There is an exhibit currently at Museum of Fine Arts, Houston – “Elegance and Refinement” – that treats the works of an old master named Willem van Aelst and features one work in particular, “Still Life with Fruits and a Wineglass,” in which Van Aelst uses the reflection of a glass goblet to paint a silver plate and its contents, windows, the light from those windows, the way the goblet’s white wine refracts that light, the city beyond, and the artist within. He solves many technical puzzles of light and its behavior in a successful attempt to make what his Dutch contemporaries called “reflexy-konst” and considered “an effective demonstration of (the artist’s) mastery over nature.”

Erik Morales, an old Mexican master of a different canvas, the rigid and bloody blue one, failed in his attempt during Saturday’s main event to dominate a subject some three miles from MFAH. Ah, but he came close. He solved most of Danny Garcia’s technical puzzles by the end of round 10 and endeavored to impose his mastery on the much younger Philadelphian, to make a suspenseful ending to their junior welterweight title match while erroneously discounting Garcia’s limited power.

Morales’ derring-do took him a step too far in the 11th, possessing him to throw a right uppercut from distance – a technical mistake of a punch when thrown by anyone but that other Mexican master, Juan Manuel Marquez – and Morales suffered a fate different from what he anticipated. Danny “Swift” Garcia justified his moniker, clipped Morales with a proper counter left hook, dropped him on the blue mat and ended Morales’ comeback.

On the MFAH wall opposite Van Aelst’s “Still Life with Fruits and a Wineglass” hangs his “Hunt Still Life with a Velvet Bag on a Marble Ledge” – a masterwork coincidentally created one year before another Delft painter, Jan Vermeer, completed “Painter in His Studio,” the pound-for-pound champion of its era. Van Aelst’s velvet bag is now a brilliant blue, a curious color for a hunting satchel. When Van Aelst painted it 347 years ago, however, the velvet bag was green, a color Van Aelst made by mixing ultramarine with a yellow-lake pigment. Time and light have taken all the yellow from the canvas, revealing a gorgeous sort of hue that is nevertheless different from what its artist intended.

So it has gone with “El Terrible.” Taken are most of his refining hues of quickness and conditioning. Friday, he effectively showed up at the weighin and said: “The WBC what? No, no, tomorrow’s fight is for the Morales Championship of the World. It will be contested within three pounds of whatever I weigh right now. And give me a pull on that sportsdrink, will you?” And nobody argued.
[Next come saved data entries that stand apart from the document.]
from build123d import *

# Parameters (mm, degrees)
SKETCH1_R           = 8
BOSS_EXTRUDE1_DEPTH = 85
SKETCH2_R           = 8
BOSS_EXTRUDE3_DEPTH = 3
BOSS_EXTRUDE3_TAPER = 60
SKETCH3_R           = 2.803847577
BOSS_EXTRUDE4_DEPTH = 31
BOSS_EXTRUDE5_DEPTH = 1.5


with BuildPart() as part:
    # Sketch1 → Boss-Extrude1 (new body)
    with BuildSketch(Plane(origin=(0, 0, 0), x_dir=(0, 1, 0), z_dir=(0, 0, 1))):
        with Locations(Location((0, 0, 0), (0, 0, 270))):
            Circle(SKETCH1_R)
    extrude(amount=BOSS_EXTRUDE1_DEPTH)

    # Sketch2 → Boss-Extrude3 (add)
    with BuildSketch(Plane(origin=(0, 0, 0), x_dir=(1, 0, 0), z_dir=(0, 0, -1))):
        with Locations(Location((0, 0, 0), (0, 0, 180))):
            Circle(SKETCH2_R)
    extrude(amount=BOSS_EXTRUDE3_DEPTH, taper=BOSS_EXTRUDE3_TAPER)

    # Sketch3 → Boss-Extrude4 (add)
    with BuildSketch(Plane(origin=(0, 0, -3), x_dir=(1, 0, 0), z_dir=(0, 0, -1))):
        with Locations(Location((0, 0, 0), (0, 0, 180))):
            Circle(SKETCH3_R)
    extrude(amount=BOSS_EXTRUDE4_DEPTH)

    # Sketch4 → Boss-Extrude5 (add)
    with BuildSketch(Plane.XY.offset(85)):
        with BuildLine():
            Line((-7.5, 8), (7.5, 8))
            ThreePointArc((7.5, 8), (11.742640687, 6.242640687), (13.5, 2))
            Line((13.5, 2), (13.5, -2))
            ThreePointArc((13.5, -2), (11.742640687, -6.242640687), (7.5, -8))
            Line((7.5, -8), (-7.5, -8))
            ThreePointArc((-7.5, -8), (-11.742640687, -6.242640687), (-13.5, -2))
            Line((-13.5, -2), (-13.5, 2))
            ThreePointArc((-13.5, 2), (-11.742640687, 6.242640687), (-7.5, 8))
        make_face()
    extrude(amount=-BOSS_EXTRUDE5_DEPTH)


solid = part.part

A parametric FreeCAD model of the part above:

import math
import FreeCAD as App
import Part
import Sketcher
Q = App.Units.Quantity

doc = App.newDocument("Part")
params = doc.addObject("Spreadsheet::Sheet", "Params")
for row, (alias, value) in enumerate([
    ("sketch1_diameter", "16 mm"),
    ("pad1_length", "85 mm"),
    ("sketch2_diameter", "16 mm"),
    ("pad2_length", "3 mm"),
    ("pad2_taper", "-60 deg"),
    ("pad3_length", "31 mm"),
    ("sketch4_radius", "6 mm"),
    ("sketch4_width", "15 mm"),
    ("sketch4_height", "4 mm"),
    ("pad4_length", "1.5 mm"),
], start=1):
    params.set(f"A{row}", alias)
    params.set(f"B{row}", "=" + value)
    params.setAlias(f"B{row}", alias)

body = doc.addObject("PartDesign::Body", "Body")

# Sketch on XY plane
sketch1 = body.newObject("Sketcher::SketchObject", "Sketch")
sketch1.AttachmentSupport = (doc.getObject("XY_Plane"), [""])
sketch1.MapMode = "FlatFace"
sketch1.addGeometry(Part.Circle(App.Vector(0, 0, 0), App.Vector(0, 0, 1), 8), False)
sketch1.addConstraint([
    Sketcher.Constraint("Coincident", 0, 3, -1, 1),
    Sketcher.Constraint("Diameter", 0, Q("16 mm")),
])
sketch1.setExpression("Constraints[1]", "Params.sketch1_diameter")
pad1 = body.newObject("PartDesign::Pad", "Pad")
pad1.Profile = sketch1
pad1.setExpression("Length", "Params.pad1_length")

# Sketch on XY plane
sketch2 = body.newObject("Sketcher::SketchObject", "Sketch001")
sketch2.AttachmentSupport = (doc.getObject("XY_Plane"), [""])
sketch2.MapMode = "FlatFace"
sketch2.addGeometry(Part.Circle(App.Vector(0, 0, 0), App.Vector(0, 0, 1), 8), False)
sketch2.addConstraint([
    Sketcher.Constraint("Coincident", 0, 3, -1, 1),
    Sketcher.Constraint("Diameter", 0, Q("16 mm")),
])
sketch2.setExpression("Constraints[1]", "Params.sketch2_diameter")
pad2 = body.newObject("PartDesign::Pad", "Pad001")
pad2.Profile = sketch2
pad2.setExpression("Length", "Params.pad2_length")
pad2.Reversed = True
pad2.setExpression("TaperAngle", "Params.pad2_taper")

# Sketch on XY plane
sketch3 = body.newObject("Sketcher::SketchObject", "Sketch002")
sketch3.AttachmentSupport = (doc.getObject("XY_Plane"), [""])
sketch3.MapMode = "FlatFace"
sketch3.AttachmentOffset = App.Placement(App.Vector(0, 0, -3), App.Rotation())
sketch3.addGeometry(Part.Circle(App.Vector(0, 0, 0), App.Vector(0, 0, 1), 2.803848), False)
sketch3.addConstraint([
    Sketcher.Constraint("Coincident", 0, 3, -1, 1),
    Sketcher.Constraint("Diameter", 0, Q("5.607695 mm")),
])
pad3 = body.newObject("PartDesign::Pad", "Pad002")
pad3.Profile = sketch3
pad3.setExpression("Length", "Params.pad3_length")
pad3.Reversed = True

# Sketch on XY plane
sketch4 = body.newObject("Sketcher::SketchObject", "Sketch003")
sketch4.AttachmentSupport = (doc.getObject("XY_Plane"), [""])
sketch4.MapMode = "FlatFace"
sketch4.AttachmentOffset = App.Placement(App.Vector(0, 0, 85), App.Rotation())
sketch4.addGeometry([
    Part.LineSegment(App.Vector(7.5, 8, 0), App.Vector(-7.5, 8, 0)),  # 0
    Part.ArcOfCircle(Part.Circle(App.Vector(-7.5, 2, 0), App.Vector(0, 0, 1), 6), math.radians(90), math.radians(180)),  # 1
    Part.LineSegment(App.Vector(-13.5, 2, 0), App.Vector(-13.5, -2, 0)),  # 2
    Part.ArcOfCircle(Part.Circle(App.Vector(-7.5, -2, 0), App.Vector(0, 0, 1), 6), math.radians(180), math.radians(270)),  # 3
    Part.LineSegment(App.Vector(-7.5, -8, 0), App.Vector(7.5, -8, 0)),  # 4
    Part.ArcOfCircle(Part.Circle(App.Vector(7.5, -2, 0), App.Vector(0, 0, 1), 6), math.radians(-90), math.radians(0)),  # 5
    Part.LineSegment(App.Vector(13.5, -2, 0), App.Vector(13.5, 2, 0)),  # 6
    Part.ArcOfCircle(Part.Circle(App.Vector(7.5, 2, 0), App.Vector(0, 0, 1), 6), math.radians(0), math.radians(90)),  # 7
], False)
sketch4.addConstraint([
    Sketcher.Constraint("Tangent", 0, 2, 1, 1),
    Sketcher.Constraint("Tangent", 1, 2, 2, 1),
    Sketcher.Constraint("Tangent", 2, 2, 3, 1),
    Sketcher.Constraint("Tangent", 3, 2, 4, 1),
    Sketcher.Constraint("Tangent", 4, 2, 5, 1),
    Sketcher.Constraint("Tangent", 5, 2, 6, 1),
    Sketcher.Constraint("Tangent", 6, 2, 7, 1),
    Sketcher.Constraint("Tangent", 7, 2, 0, 1),
    Sketcher.Constraint("Horizontal", 0),
    Sketcher.Constraint("Vertical", 2),
    Sketcher.Constraint("Horizontal", 4),
    Sketcher.Constraint("Vertical", 6),
    Sketcher.Constraint("Equal", 1, 3),
    Sketcher.Constraint("Equal", 3, 5),
    Sketcher.Constraint("Equal", 5, 7),
    Sketcher.Constraint("Symmetric", 1, 3, 5, 3, -1, 1),
    Sketcher.Constraint("Radius", 1, Q("6 mm")),
    Sketcher.Constraint("DistanceX", 0, 2, 0, 1, Q("15 mm")),
    Sketcher.Constraint("DistanceY", 2, 2, 2, 1, Q("4 mm")),
])
sketch4.setExpression("Constraints[16]", "Params.sketch4_radius")
sketch4.setExpression("Constraints[17]", "Params.sketch4_width")
sketch4.setExpression("Constraints[18]", "Params.sketch4_height")
pad4 = body.newObject("PartDesign::Pad", "Pad003")
pad4.Profile = sketch4
pad4.setExpression("Length", "Params.pad4_length")
pad4.Reversed = True

doc.recompute()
With faded reflexes and conditioning, Morales’ underlayers – technique and wiliness – now shine through in a way they did not when he was in his prime, when he was an ass-stubborn antagonist who forewent convention, advice and even his orthodox stance to beat on men he wrongfully held in contempt. A prime Morales stops Danny Garcia in seven rounds. Saturday’s Morales, the master who took away Garcia’s right hand after the fourth round saw the young man celebrate its success just a little too much, knew what had to be done to win but waited too long to do it and was vulnerable when he hustled to catch up.

Will El Terrible retire? Nobody knows anything about that but this: Morales will do whatever the hell he wants.

Just like Texas. Great scorn will continue to be heaped on this state and its maddening officials – and the farther one is from Texas, the greater the scorn. Indeed. But it says here Texas will have the richest vengeance of all: Living well. See you next week in San Antonio.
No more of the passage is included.